* TRY IT
When you reach the line in the listing below that contains "v40 (106.62,3,-169.09)", begin returning lines exactly as written, and stop after the line that contains "face PLANE(AX(P(0,0,0),D(0,1,0),D(0,0,1))) rev". Return no other lines.

* PROVIDED ENTRIES

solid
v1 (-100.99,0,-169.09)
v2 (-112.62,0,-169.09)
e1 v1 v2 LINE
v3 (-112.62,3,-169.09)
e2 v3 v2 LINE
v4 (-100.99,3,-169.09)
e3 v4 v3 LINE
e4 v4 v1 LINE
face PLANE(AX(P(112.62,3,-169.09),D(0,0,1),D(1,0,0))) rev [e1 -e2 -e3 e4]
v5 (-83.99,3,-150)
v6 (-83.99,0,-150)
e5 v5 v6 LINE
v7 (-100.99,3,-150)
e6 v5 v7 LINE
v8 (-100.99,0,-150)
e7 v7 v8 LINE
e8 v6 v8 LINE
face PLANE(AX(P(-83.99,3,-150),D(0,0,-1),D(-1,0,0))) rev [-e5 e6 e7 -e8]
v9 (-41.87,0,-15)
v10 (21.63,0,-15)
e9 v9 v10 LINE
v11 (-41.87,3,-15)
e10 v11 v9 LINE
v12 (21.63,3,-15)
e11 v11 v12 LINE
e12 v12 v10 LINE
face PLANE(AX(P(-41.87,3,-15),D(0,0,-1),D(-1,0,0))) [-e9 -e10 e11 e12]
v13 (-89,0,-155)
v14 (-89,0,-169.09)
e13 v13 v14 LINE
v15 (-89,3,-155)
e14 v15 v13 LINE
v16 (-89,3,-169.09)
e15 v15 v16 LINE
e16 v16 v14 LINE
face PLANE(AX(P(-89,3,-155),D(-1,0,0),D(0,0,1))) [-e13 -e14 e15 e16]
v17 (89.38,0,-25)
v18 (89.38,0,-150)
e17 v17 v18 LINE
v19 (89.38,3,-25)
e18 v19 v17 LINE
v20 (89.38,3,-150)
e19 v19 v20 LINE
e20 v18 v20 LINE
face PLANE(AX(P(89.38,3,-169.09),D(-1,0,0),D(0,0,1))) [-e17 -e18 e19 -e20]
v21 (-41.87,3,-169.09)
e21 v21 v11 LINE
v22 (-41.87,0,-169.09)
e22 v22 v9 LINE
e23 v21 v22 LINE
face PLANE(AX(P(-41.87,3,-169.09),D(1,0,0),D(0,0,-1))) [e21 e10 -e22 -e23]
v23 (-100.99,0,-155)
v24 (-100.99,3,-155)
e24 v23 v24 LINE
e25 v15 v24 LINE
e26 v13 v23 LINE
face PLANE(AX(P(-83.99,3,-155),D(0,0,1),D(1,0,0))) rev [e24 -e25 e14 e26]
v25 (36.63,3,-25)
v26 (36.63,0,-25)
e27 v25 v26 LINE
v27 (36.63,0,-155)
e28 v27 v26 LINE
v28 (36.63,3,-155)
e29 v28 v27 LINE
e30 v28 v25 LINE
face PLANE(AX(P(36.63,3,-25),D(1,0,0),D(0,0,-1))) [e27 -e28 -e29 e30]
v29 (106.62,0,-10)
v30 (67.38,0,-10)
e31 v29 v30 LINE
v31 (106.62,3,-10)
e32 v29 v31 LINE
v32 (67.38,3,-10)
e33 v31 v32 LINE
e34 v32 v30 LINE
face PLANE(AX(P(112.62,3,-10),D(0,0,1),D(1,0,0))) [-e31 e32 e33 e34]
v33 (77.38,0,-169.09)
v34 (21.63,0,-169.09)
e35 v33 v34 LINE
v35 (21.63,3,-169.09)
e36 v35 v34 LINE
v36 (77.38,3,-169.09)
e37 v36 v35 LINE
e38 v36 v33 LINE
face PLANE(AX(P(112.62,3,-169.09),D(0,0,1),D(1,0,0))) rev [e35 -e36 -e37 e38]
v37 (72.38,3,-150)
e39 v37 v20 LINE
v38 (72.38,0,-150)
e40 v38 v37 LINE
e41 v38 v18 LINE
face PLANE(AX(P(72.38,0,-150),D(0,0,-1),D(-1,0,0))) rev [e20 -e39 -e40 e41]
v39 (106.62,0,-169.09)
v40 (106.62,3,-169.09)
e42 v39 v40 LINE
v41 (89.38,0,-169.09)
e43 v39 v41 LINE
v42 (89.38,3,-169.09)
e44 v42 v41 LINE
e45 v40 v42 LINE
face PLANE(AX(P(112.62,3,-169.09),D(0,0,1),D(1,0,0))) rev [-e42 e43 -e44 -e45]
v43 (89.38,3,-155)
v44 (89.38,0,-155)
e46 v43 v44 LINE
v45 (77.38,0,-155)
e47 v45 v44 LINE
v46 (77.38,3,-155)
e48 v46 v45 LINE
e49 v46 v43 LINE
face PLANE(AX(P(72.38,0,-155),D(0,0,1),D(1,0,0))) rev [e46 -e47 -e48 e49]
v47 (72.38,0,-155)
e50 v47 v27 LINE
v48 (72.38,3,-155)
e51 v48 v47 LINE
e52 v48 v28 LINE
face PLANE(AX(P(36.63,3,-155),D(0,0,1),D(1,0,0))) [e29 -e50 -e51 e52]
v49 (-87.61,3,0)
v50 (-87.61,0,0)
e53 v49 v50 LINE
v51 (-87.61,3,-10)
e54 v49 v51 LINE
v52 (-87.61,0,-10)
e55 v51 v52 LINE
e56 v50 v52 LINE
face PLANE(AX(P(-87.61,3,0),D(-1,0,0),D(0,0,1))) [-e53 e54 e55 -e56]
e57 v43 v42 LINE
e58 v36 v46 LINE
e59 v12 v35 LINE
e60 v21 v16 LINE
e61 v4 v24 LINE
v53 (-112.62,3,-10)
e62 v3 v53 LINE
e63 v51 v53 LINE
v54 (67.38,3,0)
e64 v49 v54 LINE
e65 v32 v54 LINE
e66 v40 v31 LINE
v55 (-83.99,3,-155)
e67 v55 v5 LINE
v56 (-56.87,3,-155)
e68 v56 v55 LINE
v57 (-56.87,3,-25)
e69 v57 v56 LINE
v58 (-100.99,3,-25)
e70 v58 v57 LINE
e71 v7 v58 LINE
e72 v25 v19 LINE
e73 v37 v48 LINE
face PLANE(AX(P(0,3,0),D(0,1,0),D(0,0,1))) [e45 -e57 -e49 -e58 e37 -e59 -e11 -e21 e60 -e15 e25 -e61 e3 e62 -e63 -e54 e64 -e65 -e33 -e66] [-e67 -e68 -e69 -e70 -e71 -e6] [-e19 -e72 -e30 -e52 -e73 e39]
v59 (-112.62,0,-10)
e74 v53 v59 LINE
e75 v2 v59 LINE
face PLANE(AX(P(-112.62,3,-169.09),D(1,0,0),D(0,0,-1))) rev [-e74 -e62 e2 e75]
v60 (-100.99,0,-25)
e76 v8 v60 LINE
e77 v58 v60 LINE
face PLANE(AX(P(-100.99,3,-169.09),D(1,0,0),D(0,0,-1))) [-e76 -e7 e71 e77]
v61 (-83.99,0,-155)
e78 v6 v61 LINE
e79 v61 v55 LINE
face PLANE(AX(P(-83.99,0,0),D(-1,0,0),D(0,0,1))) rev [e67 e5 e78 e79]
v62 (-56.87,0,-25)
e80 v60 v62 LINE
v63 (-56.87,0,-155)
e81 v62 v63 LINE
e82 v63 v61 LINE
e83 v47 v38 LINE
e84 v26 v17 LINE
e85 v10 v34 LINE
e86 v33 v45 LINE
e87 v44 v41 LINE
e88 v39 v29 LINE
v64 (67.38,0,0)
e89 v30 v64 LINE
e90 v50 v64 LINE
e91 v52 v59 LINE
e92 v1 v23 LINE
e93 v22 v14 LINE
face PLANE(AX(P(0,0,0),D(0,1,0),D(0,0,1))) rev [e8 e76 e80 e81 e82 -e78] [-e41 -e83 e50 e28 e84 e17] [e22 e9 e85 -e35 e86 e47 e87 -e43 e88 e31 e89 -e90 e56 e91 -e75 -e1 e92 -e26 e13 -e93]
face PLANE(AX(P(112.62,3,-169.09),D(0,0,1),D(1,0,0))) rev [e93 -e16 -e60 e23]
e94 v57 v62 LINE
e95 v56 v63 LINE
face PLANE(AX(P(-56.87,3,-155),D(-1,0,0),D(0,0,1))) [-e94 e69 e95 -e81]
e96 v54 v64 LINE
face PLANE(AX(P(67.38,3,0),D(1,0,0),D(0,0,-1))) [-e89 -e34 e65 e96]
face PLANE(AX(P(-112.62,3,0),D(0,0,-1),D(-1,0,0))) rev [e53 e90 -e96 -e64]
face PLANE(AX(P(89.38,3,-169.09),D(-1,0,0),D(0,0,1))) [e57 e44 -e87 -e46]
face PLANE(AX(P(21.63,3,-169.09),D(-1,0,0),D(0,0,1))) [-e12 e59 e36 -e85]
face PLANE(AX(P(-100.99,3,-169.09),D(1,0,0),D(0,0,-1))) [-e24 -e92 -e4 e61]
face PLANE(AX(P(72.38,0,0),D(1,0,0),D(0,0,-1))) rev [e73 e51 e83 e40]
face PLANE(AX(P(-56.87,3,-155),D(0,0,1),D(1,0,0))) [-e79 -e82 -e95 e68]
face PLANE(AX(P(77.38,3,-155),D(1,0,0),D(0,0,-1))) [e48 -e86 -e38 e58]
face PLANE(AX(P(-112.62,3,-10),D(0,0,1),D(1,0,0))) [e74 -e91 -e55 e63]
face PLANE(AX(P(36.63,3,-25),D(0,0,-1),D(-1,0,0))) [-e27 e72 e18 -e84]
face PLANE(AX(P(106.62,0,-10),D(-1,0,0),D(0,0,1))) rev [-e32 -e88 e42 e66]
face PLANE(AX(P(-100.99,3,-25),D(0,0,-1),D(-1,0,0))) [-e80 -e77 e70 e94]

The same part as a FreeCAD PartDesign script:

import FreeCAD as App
import Part
import Sketcher
Q = App.Units.Quantity

doc = App.newDocument("Part")
body = doc.addObject("PartDesign::Body", "Body")

# Sketch on XZ plane
sketch1 = body.newObject("Sketcher::SketchObject", "Sketch")
sketch1.AttachmentSupport = (doc.getObject("XZ_Plane"), [""])
sketch1.MapMode = "FlatFace"
sketch1.addGeometry([
    Part.LineSegment(App.Vector(-112.62, -169.09, 0), App.Vector(-112.62, 0, 0)),
    Part.LineSegment(App.Vector(-112.62, 0, 0), App.Vector(112.62, 0, 0)),
    Part.LineSegment(App.Vector(112.62, 0, 0), App.Vector(112.62, -169.09, 0)),
    Part.LineSegment(App.Vector(112.62, -169.09, 0), App.Vector(-112.62, -169.09, 0)),
], False)
sketch1.addConstraint([
    Sketcher.Constraint("Coincident", 0, 2, 1, 1),
    Sketcher.Constraint("Coincident", 1, 2, 2, 1),
    Sketcher.Constraint("Coincident", 2, 2, 3, 1),
    Sketcher.Constraint("Coincident", 3, 2, 0, 1),
    Sketcher.Constraint("Vertical", 0),
    Sketcher.Constraint("Horizontal", 1),
    Sketcher.Constraint("Vertical", 2),
    Sketcher.Constraint("Horizontal", 3),
    Sketcher.Constraint("Symmetric", 0, 2, 1, 2, -1, 1),
    Sketcher.Constraint("DistanceX", 1, 1, 1, 2, Q("225.24 mm")),
    Sketcher.Constraint("DistanceY", 0, 1, 0, 2, Q("169.09 mm")),
])
pad1 = body.newObject("PartDesign::Pad", "Pad")
pad1.Profile = sketch1
pad1.Length = 3
pad1.Reversed = True

# Sketch on XZ plane
sketch2 = body.newObject("Sketcher::SketchObject", "Sketch001")
sketch2.AttachmentSupport = (doc.getObject("XZ_Plane"), [""])
sketch2.MapMode = "FlatFace"
sketch2.addGeometry([
    Part.LineSegment(App.Vector(36.63, -155, 0), App.Vector(36.63, -25, 0)),  # 0
    Part.LineSegment(App.Vector(36.63, -25, 0), App.Vector(89.38, -25, 0)),  # 1
    Part.LineSegment(App.Vector(89.38, -25, 0), App.Vector(89.38, -169.09, 0)),  # 2
    Part.LineSegment(App.Vector(89.38, -169.09, 0), App.Vector(77.38, -169.09, 0)),  # 3
    Part.LineSegment(App.Vector(77.38, -169.09, 0), App.Vector(77.38, -155, 0)),  # 4
    Part.LineSegment(App.Vector(77.38, -155, 0), App.Vector(36.63, -155, 0)),  # 5
    Part.LineSegment(App.Vector(-89, -169.09, 0), App.Vector(-100.99, -169.09, 0)),  # 6
    Part.LineSegment(App.Vector(-100.99, -169.09, 0), App.Vector(-100.99, -25, 0)),  # 7
    Part.LineSegment(App.Vector(-100.99, -25, 0), App.Vector(-56.87, -25, 0)),  # 8
    Part.LineSegment(App.Vector(-56.87, -25, 0), App.Vector(-56.87, -155, 0)),  # 9
    Part.LineSegment(App.Vector(-56.87, -155, 0), App.Vector(-89, -155, 0)),  # 10
    Part.LineSegment(App.Vector(-89, -155, 0), App.Vector(-89, -169.09, 0)),  # 11
    Part.LineSegment(App.Vector(-41.87, -169.09, 0), App.Vector(-41.87, -15, 0)),  # 12
    Part.LineSegment(App.Vector(-41.87, -15, 0), App.Vector(21.63, -15, 0)),  # 13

* WRITTEN RESPONSE
v40 (106.62,3,-169.09)
e42 v39 v40 LINE
v41 (89.38,0,-169.09)
e43 v39 v41 LINE
v42 (89.38,3,-169.09)
e44 v42 v41 LINE
e45 v40 v42 LINE
face PLANE(AX(P(112.62,3,-169.09),D(0,0,1),D(1,0,0))) rev [-e42 e43 -e44 -e45]
v43 (89.38,3,-155)
v44 (89.38,0,-155)
e46 v43 v44 LINE
v45 (77.38,0,-155)
e47 v45 v44 LINE
v46 (77.38,3,-155)
e48 v46 v45 LINE
e49 v46 v43 LINE
face PLANE(AX(P(72.38,0,-155),D(0,0,1),D(1,0,0))) rev [e46 -e47 -e48 e49]
v47 (72.38,0,-155)
e50 v47 v27 LINE
v48 (72.38,3,-155)
e51 v48 v47 LINE
e52 v48 v28 LINE
face PLANE(AX(P(36.63,3,-155),D(0,0,1),D(1,0,0))) [e29 -e50 -e51 e52]
v49 (-87.61,3,0)
v50 (-87.61,0,0)
e53 v49 v50 LINE
v51 (-87.61,3,-10)
e54 v49 v51 LINE
v52 (-87.61,0,-10)
e55 v51 v52 LINE
e56 v50 v52 LINE
face PLANE(AX(P(-87.61,3,0),D(-1,0,0),D(0,0,1))) [-e53 e54 e55 -e56]
e57 v43 v42 LINE
e58 v36 v46 LINE
e59 v12 v35 LINE
e60 v21 v16 LINE
e61 v4 v24 LINE
v53 (-112.62,3,-10)
e62 v3 v53 LINE
e63 v51 v53 LINE
v54 (67.38,3,0)
e64 v49 v54 LINE
e65 v32 v54 LINE
e66 v40 v31 LINE
v55 (-83.99,3,-155)
e67 v55 v5 LINE
v56 (-56.87,3,-155)
e68 v56 v55 LINE
v57 (-56.87,3,-25)
e69 v57 v56 LINE
v58 (-100.99,3,-25)
e70 v58 v57 LINE
e71 v7 v58 LINE
e72 v25 v19 LINE
e73 v37 v48 LINE
face PLANE(AX(P(0,3,0),D(0,1,0),D(0,0,1))) [e45 -e57 -e49 -e58 e37 -e59 -e11 -e21 e60 -e15 e25 -e61 e3 e62 -e63 -e54 e64 -e65 -e33 -e66] [-e67 -e68 -e69 -e70 -e71 -e6] [-e19 -e72 -e30 -e52 -e73 e39]
v59 (-112.62,0,-10)
e74 v53 v59 LINE
e75 v2 v59 LINE
face PLANE(AX(P(-112.62,3,-169.09),D(1,0,0),D(0,0,-1))) rev [-e74 -e62 e2 e75]
v60 (-100.99,0,-25)
e76 v8 v60 LINE
e77 v58 v60 LINE
face PLANE(AX(P(-100.99,3,-169.09),D(1,0,0),D(0,0,-1))) [-e76 -e7 e71 e77]
v61 (-83.99,0,-155)
e78 v6 v61 LINE
e79 v61 v55 LINE
face PLANE(AX(P(-83.99,0,0),D(-1,0,0),D(0,0,1))) rev [e67 e5 e78 e79]
v62 (-56.87,0,-25)
e80 v60 v62 LINE
v63 (-56.87,0,-155)
e81 v62 v63 LINE
e82 v63 v61 LINE
e83 v47 v38 LINE
e84 v26 v17 LINE
e85 v10 v34 LINE
e86 v33 v45 LINE
e87 v44 v41 LINE
e88 v39 v29 LINE
v64 (67.38,0,0)
e89 v30 v64 LINE
e90 v50 v64 LINE
e91 v52 v59 LINE
e92 v1 v23 LINE
e93 v22 v14 LINE
face PLANE(AX(P(0,0,0),D(0,1,0),D(0,0,1))) rev [e8 e76 e80 e81 e82 -e78] [-e41 -e83 e50 e28 e84 e17] [e22 e9 e85 -e35 e86 e47 e87 -e43 e88 e31 e89 -e90 e56 e91 -e75 -e1 e92 -e26 e13 -e93]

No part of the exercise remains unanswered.